(Beginning of Data extract)

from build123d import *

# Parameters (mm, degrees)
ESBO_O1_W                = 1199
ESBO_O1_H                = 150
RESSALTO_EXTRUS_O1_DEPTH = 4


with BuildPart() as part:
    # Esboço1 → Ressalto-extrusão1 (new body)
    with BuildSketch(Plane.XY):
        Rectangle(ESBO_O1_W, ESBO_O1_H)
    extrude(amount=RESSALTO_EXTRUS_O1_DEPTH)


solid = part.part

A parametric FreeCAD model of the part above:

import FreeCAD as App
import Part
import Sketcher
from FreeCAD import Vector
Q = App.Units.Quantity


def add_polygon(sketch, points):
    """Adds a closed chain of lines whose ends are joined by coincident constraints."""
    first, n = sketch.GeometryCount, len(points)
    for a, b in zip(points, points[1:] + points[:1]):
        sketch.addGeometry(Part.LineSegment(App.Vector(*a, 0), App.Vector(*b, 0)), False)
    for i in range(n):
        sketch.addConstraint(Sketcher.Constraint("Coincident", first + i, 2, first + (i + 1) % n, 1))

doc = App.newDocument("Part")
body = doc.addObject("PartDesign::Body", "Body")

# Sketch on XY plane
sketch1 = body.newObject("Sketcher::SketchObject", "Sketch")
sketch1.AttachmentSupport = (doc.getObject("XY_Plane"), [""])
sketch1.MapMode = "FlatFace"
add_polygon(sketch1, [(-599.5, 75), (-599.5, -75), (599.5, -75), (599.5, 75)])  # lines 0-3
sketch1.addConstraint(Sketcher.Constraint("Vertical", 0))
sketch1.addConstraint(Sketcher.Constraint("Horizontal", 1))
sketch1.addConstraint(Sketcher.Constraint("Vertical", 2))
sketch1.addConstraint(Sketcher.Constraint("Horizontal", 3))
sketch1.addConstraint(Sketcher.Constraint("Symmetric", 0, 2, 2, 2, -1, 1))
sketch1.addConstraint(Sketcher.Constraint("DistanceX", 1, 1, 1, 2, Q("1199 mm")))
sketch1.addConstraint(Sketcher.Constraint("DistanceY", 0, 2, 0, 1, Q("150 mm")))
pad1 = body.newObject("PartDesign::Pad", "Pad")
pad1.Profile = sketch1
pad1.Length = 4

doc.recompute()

(End of Data extract)

Aim of the task ▸ Retype only this range exactly: the first line of the data through the line where "A parametric FreeCAD" appears.

Reply to the task ▸
from build123d import *

# Parameters (mm, degrees)
ESBO_O1_W                = 1199
ESBO_O1_H                = 150
RESSALTO_EXTRUS_O1_DEPTH = 4


with BuildPart() as part:
    # Esboço1 → Ressalto-extrusão1 (new body)
    with BuildSketch(Plane.XY):
        Rectangle(ESBO_O1_W, ESBO_O1_H)
    extrude(amount=RESSALTO_EXTRUS_O1_DEPTH)


solid = part.part

A parametric FreeCAD model of the part above:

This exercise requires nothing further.